Aastha Thakur
Published on: 26 August 2022 at 18:43 IST
The Gujarat High Court recently held that the Court must confine itself in contempt jurisdiction to the four corners of the order alleged to have been disobeyed. It has no power to go beyond the order alleged to have been flouted.
The Chief Justice Aravind Kumar and Justice Ashutosh Shastri ruled that in order to determine whether an act is obstinate, the courts have to apply their prudent and ‘mechanical’ mind. It should determine whether “positive” steps were taken to show intentional disobedience of a judicial order.
The court stated that, “…..while dealing with the contempt petition, the Court is not expected to conduct a roving inquiry and go beyond the very judgment which was allegedly violated.”
“The said principle has to be applied with more vigour when disputed questions of facts have arisen and the documents produced are true and genuine, being in the realm of adjudication, ought to have been taken up for adjudication. “
The petition filed deals with Article 215 seeking the trial of the respondent for the ‘wilful breach’ of the order of January 2021 passed for the stay of divorce proceedings initiated at the UK Family Court. The order of stay was passed by the Division Bench of the UK, which could be extended over time.
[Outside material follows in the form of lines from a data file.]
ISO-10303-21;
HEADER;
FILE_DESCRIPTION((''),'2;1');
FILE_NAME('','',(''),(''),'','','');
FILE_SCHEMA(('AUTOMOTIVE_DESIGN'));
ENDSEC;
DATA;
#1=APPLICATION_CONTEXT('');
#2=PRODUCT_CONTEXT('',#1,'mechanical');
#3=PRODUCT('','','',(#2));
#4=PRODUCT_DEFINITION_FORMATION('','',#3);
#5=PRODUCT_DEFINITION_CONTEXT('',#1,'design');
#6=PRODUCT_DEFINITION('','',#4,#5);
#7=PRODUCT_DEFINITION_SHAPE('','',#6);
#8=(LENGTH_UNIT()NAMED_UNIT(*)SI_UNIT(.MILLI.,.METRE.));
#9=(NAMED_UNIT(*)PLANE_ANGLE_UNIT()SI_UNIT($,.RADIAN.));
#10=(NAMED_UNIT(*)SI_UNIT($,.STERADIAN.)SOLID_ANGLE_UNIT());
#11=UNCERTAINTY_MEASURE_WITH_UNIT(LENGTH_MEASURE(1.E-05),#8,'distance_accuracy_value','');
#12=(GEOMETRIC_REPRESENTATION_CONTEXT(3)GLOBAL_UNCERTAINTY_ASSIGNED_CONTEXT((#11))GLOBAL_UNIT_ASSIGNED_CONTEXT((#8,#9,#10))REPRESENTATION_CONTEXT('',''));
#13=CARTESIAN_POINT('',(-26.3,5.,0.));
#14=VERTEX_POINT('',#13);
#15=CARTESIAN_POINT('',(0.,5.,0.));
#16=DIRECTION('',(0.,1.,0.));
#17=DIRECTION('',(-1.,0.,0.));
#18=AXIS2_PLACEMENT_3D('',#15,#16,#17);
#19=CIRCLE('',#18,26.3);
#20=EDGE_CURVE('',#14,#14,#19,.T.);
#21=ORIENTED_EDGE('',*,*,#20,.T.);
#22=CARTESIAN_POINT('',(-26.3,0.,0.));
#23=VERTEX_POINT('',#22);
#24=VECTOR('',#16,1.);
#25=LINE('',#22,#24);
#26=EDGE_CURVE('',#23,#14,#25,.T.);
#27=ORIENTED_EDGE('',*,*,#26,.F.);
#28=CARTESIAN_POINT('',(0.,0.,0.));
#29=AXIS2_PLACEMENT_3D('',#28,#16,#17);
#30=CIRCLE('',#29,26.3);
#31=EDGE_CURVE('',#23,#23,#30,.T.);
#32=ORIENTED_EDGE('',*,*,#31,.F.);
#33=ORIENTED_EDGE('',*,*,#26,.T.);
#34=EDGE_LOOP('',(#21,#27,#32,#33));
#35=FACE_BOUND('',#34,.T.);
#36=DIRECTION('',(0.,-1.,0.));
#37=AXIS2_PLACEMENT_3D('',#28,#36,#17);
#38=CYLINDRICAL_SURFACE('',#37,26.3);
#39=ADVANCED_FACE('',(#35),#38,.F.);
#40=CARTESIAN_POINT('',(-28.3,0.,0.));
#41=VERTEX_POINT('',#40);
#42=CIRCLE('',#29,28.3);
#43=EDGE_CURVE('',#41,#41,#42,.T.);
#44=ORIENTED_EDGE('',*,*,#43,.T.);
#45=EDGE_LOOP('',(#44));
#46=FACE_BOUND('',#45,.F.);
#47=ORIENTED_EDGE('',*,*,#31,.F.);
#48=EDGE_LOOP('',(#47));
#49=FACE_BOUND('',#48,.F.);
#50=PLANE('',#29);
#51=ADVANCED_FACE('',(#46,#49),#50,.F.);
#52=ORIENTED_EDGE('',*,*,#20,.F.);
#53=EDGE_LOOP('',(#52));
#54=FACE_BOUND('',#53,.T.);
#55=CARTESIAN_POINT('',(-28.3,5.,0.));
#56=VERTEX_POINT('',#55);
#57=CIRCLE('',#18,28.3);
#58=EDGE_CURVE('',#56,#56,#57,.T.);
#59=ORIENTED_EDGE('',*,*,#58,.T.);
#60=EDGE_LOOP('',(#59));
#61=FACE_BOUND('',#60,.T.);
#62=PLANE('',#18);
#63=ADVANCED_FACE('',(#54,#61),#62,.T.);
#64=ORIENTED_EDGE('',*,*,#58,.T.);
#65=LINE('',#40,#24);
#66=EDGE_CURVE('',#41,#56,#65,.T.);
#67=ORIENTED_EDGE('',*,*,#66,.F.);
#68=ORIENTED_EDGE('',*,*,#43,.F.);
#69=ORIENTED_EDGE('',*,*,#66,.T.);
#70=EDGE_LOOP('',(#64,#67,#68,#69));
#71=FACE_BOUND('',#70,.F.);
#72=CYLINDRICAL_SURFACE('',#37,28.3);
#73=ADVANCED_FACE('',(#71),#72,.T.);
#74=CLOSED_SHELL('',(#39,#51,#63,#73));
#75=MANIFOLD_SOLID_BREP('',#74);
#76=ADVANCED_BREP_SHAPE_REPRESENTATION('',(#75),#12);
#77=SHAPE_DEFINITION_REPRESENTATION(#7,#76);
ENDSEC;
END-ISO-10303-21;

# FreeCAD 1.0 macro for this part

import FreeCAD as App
import Part
import Sketcher

V = App.Vector
Q = App.Units.Quantity

doc = App.newDocument("Part")
body = doc.addObject("PartDesign::Body", "Body")

# Sketch on XZ plane
sketch1 = doc.addObject("Sketcher::SketchObject", "Sketch")
body.addObject(sketch1)
sketch1.AttachmentSupport = (doc.XZ_Plane, [""])
sketch1.MapMode = "FlatFace"
sketch1.addGeometry(Part.Circle(V(0, 0, 0), V(0, 0, 1), 28), False)
sketch1.addGeometry(Part.Circle(V(0, 0, 0), V(0, 0, 1), 26), False)
sketch1.addConstraint(Sketcher.Constraint("Coincident", 0, 3, -1, 1))
sketch1.addConstraint(Sketcher.Constraint("Coincident", 1, 3, -1, 1))
sketch1.addConstraint(Sketcher.Constraint("Diameter", 1, Q("52.6 mm")))
sketch1.addConstraint(Sketcher.Constraint("Diameter", 0, Q("56.6 mm")))
pad1 = doc.addObject("PartDesign::Pad", "Pad")
body.addObject(pad1)
pad1.Profile = sketch1
pad1.Length = 5
pad1.Reversed = True

doc.recompute()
Additionally, the petitioner stated that the order was challenged before the Supreme Court, which had not disturbed the order of stay. Still, the UK Court passed a preliminary decree in this matter.
The matter was filed by the petitioner that the respondent had wilfully not informed the UK Court regarding the order of stay by the Gujarat HC. This amounts to contempt given under Section 2(b) of the Contempt of Courts Act, 1971.
The respondent submitted that the order of stay passed by the Gujarat HC was not against the respondent but against the UK Court. The respondent submits that he did notify the order of the HC to the counsels in the UK but the UK still passed the decree.
The bench, perusing the facts of the case, came to the conclusion that the petitioner was indeed a citizen of the UK and the Family Court had granted relief in the form of a divorce. The bench asserted that no directions were issued by the High Court to the respondent to do any particular act. There is no positive impact of continuing the interim orders passed by the Court.
Accordingly, it was observed:
“From the E-mail correspondence placed before the Court, it appears that this stay order had been communicated to the Court at Willesden, United Kingd om by the petitioner, but it appears that the Court at United Kingdom did not wait and proceedings have been taken forward which culminated in passing of a decree.”
It was observed by the Court that the Respondent was keen to get order from the UK Family Court, however the Respondent did not take any positive steps to press the matter before the Family Court. The Court here relied on Dr. U.N. Bora, Ex-Chief Executive Officer & Ors., v. Assam Roller Flour Mills:
“When two views are possible, the element of willfulness vanishes as it involves a mental element. It is a deliberate, conscious and intentional act. What is required is a proof beyond reasonable doubt since the proceedings are quasi-criminal in nature.”
The Bench failed to find anything concrete to arraign the respondent and to show how many positive steps were required to hear the proceedings before the Family Court.
Then the Petitioner was at liberty to initiate proceedings in a substantive appeal which was pending for adjudication.